(Dataset excerpts)

========================

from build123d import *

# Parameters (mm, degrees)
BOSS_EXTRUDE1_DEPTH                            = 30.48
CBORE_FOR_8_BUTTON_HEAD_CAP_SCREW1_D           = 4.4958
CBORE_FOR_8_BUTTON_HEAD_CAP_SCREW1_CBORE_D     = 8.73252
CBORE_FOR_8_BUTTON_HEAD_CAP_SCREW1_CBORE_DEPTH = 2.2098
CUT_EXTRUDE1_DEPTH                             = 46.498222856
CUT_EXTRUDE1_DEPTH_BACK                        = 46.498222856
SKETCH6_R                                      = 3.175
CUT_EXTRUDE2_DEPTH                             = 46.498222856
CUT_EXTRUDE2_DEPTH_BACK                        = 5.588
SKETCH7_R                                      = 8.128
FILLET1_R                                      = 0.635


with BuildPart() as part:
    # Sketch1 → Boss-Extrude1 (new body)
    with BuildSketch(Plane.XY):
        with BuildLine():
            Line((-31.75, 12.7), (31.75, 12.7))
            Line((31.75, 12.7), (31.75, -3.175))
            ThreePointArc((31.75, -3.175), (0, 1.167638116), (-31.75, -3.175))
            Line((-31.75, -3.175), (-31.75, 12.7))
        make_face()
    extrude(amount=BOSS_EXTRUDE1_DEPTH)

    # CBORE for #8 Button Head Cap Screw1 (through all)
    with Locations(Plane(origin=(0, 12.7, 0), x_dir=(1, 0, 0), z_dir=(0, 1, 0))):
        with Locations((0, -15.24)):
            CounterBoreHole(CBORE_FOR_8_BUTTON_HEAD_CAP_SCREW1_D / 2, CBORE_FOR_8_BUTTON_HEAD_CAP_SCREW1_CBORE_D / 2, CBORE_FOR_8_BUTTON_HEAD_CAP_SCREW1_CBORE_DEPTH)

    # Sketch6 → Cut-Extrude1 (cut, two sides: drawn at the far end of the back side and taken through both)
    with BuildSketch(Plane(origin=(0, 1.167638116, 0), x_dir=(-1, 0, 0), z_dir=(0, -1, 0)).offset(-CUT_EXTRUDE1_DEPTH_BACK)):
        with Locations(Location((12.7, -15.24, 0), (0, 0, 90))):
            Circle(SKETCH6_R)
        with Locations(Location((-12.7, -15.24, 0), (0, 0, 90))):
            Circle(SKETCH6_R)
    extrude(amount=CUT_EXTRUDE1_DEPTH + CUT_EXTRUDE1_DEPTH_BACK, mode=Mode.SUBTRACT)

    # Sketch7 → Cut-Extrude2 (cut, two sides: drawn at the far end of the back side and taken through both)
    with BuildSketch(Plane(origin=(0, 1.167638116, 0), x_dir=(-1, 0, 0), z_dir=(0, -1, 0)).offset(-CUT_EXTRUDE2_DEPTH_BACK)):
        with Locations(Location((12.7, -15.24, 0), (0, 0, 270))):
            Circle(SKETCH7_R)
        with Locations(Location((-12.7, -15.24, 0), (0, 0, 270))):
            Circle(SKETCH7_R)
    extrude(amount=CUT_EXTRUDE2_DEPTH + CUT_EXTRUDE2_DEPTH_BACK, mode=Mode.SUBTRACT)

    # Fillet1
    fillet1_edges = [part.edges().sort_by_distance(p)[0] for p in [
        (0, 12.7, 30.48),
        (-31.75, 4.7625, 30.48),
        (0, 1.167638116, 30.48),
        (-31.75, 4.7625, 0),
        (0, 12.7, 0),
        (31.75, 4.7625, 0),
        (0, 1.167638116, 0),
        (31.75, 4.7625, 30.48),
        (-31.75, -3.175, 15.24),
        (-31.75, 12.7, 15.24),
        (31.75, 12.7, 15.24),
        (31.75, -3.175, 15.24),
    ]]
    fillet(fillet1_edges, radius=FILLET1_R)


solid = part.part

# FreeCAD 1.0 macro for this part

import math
import FreeCAD as App
import Part
import Sketcher

V = App.Vector
Q = App.Units.Quantity


def edges_at(feature, points):
    """Names of the edges that pass closest to the given points."""
    edges = feature.Shape.Edges
    near = lambda p: min(range(len(edges)), key=lambda i: edges[i].distToShape(Part.Vertex(*p))[0])
    return sorted({f"Edge{near(p) + 1}" for p in points})

doc = App.newDocument("Part")
body = doc.addObject("PartDesign::Body", "Body")

# Sketch on XY plane
sketch1 = doc.addObject("Sketcher::SketchObject", "Sketch")
body.addObject(sketch1)
sketch1.AttachmentSupport = (doc.XY_Plane, [""])
sketch1.MapMode = "FlatFace"
sketch1.addGeometry([
    Part.LineSegment(V(32, 13, 0), V(-32, 13, 0)),
    Part.LineSegment(V(-32, 13, 0), V(-32, -3, 0)),
    Part.ArcOfCircle(Part.Circle(V(0, -117, 0), V(0, 0, 1), 118), math.radians(74), math.radians(106)),
    Part.LineSegment(V(32, -3, 0), V(32, 13, 0)),
], False)
sketch1.addConstraint([
    Sketcher.Constraint("Coincident", 0, 2, 1, 1),
    Sketcher.Constraint("Coincident", 1, 2, 2, 2),
    Sketcher.Constraint("Coincident", 2, 1, 3, 1),
    Sketcher.Constraint("Coincident", 3, 2, 0, 1),
    Sketcher.Constraint("Horizontal", 0),
    Sketcher.Constraint("Vertical", 1),
    Sketcher.Constraint("Vertical", 3),
    Sketcher.Constraint("Symmetric", 1, 2, 2, 1, -2),
    Sketcher.Constraint("DistanceX", 0, 2, 0, 1, Q("2.5 in")),
    Sketcher.Constraint("Radius", 2, Q("4.655 in")),
    Sketcher.Constraint("DistanceY", -1, 1, 0, 2, Q("0.5 in")),
    Sketcher.Constraint("DistanceY", 1, 2, 1, 1, Q("0.625 in")),
])
pad1 = doc.addObject("PartDesign::Pad", "Pad")
body.addObject(pad1)
pad1.Profile = sketch1
pad1.Length = Q("1.2 in")

# Sketch on XZ plane
sketch2 = doc.addObject("Sketcher::SketchObject", "Sketch001")
body.addObject(sketch2)
sketch2.AttachmentSupport = (doc.XZ_Plane, [""])
sketch2.MapMode = "FlatFace"
sketch2.AttachmentOffset = App.Placement(V(0, 0, -0.5 * 25.4), App.Rotation())
sketch2.addGeometry(Part.Circle(V(0, 15.2, 0), V(0, 0, 1), 2.2), False)
sketch2.addConstraint([
    Sketcher.Constraint("PointOnObject", 0, 3, -2),
    Sketcher.Constraint("Diameter", 0, Q("0.177 in")),
    Sketcher.Constraint("DistanceY", -1, 1, 0, 3, Q("0.6 in")),
])
doc.recompute()
hole = doc.addObject("PartDesign::Hole", "Hole")
body.addObject(hole)
hole.Profile = sketch2
hole.ThreadType = "None"
hole.Diameter = Q("0.177 in")
hole.DepthType = "ThroughAll"
hole.HoleCutType = "Counterbore"
hole.HoleCutDiameter = Q("0.3438 in")
hole.HoleCutDepth = Q("0.087 in")
hole.Reversed = True

# Sketch on XZ plane
sketch3 = doc.addObject("Sketcher::SketchObject", "Sketch002")
body.addObject(sketch3)
sketch3.AttachmentSupport = (doc.XZ_Plane, [""])
sketch3.MapMode = "FlatFace"
sketch3.AttachmentOffset = App.Placement(V(0, 0, -1.167638), App.Rotation())
sketch3.addGeometry([
    Part.Circle(V(-12.7, 15.2, 0), V(0, 0, 1), 3.2),
    Part.Circle(V(12.7, 15.2, 0), V(0, 0, 1), 3.2),
], False)
sketch3.addConstraint([
    Sketcher.Constraint("Equal", 0, 1),
    Sketcher.Constraint("Symmetric", 0, 3, 1, 3, -2),
    Sketcher.Constraint("Diameter", 0, Q("0.25 in")),
    Sketcher.Constraint("DistanceX", 0, 3, 1, 3, Q("1 in")),
    Sketcher.Constraint("DistanceY", -1, 1, 0, 3, Q("0.6 in")),
])
pocket1 = doc.addObject("PartDesign::Pocket", "Pocket")
body.addObject(pocket1)
pocket1.Profile = sketch3
pocket1.Type = "ThroughAll"
pocket1.Midplane = True

# Sketch on XZ plane
sketch4 = doc.addObject("Sketcher::SketchObject", "Sketch003")
body.addObject(sketch4)
sketch4.AttachmentSupport = (doc.XZ_Plane, [""])
sketch4.MapMode = "FlatFace"
sketch4.AttachmentOffset = App.Placement(V(0, 0, -1.167638), App.Rotation())
sketch4.addGeometry([
    Part.Circle(V(-13, 15, 0), V(0, 0, 1), 8),
    Part.Circle(V(13, 15, 0), V(0, 0, 1), 8),
], False)
sketch4.addConstraint([
    Sketcher.Constraint("Equal", 0, 1),
    Sketcher.Constraint("Symmetric", 0, 3, 1, 3, -2),
    Sketcher.Constraint("Diameter", 0, Q("0.64 in")),
    Sketcher.Constraint("DistanceX", 0, 3, 1, 3, Q("1 in")),
    Sketcher.Constraint("DistanceY", -1, 1, 0, 3, Q("0.6 in")),
])
pocket2 = doc.addObject("PartDesign::Pocket", "Pocket001")
body.addObject(pocket2)
pocket2.Profile = sketch4
pocket2.Type = "TwoLengths"
pocket2.Length = 46.498223
pocket2.Length2 = Q("0.22 in")
pocket2.Reversed = True
doc.recompute()

fillet = doc.addObject("PartDesign::Fillet", "Fillet")
body.addObject(fillet)
fillet.Base = (pocket2, edges_at(pocket2, [
    (0, 12.7, 30.48),
    (-31.75, 4.763, 30.48),
    (0, 1.168, 30.48),
    (-31.75, 4.763, 0),
    (0, 12.7, 0),
    (31.75, 4.763, 0),
    (0, 1.168, 0),
    (31.75, 4.763, 30.48),
    (-31.75, -3.175, 15.24),
    (-31.75, 12.7, 15.24),
    (31.75, 12.7, 15.24),
    (31.75, -3.175, 15.24),
]))
fillet.Radius = Q("0.025 in")

doc.recompute()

========================

• _What you are asked to do_: Would you filter the entries above and keep each line that has the word "BuildSketch"?

• _Your solution_:
    with BuildSketch(Plane.XY):
    with BuildSketch(Plane(origin=(0, 1.167638116, 0), x_dir=(-1, 0, 0), z_dir=(0, -1, 0)).offset(-CUT_EXTRUDE1_DEPTH_BACK)):
    with BuildSketch(Plane(origin=(0, 1.167638116, 0), x_dir=(-1, 0, 0), z_dir=(0, -1, 0)).offset(-CUT_EXTRUDE2_DEPTH_BACK)):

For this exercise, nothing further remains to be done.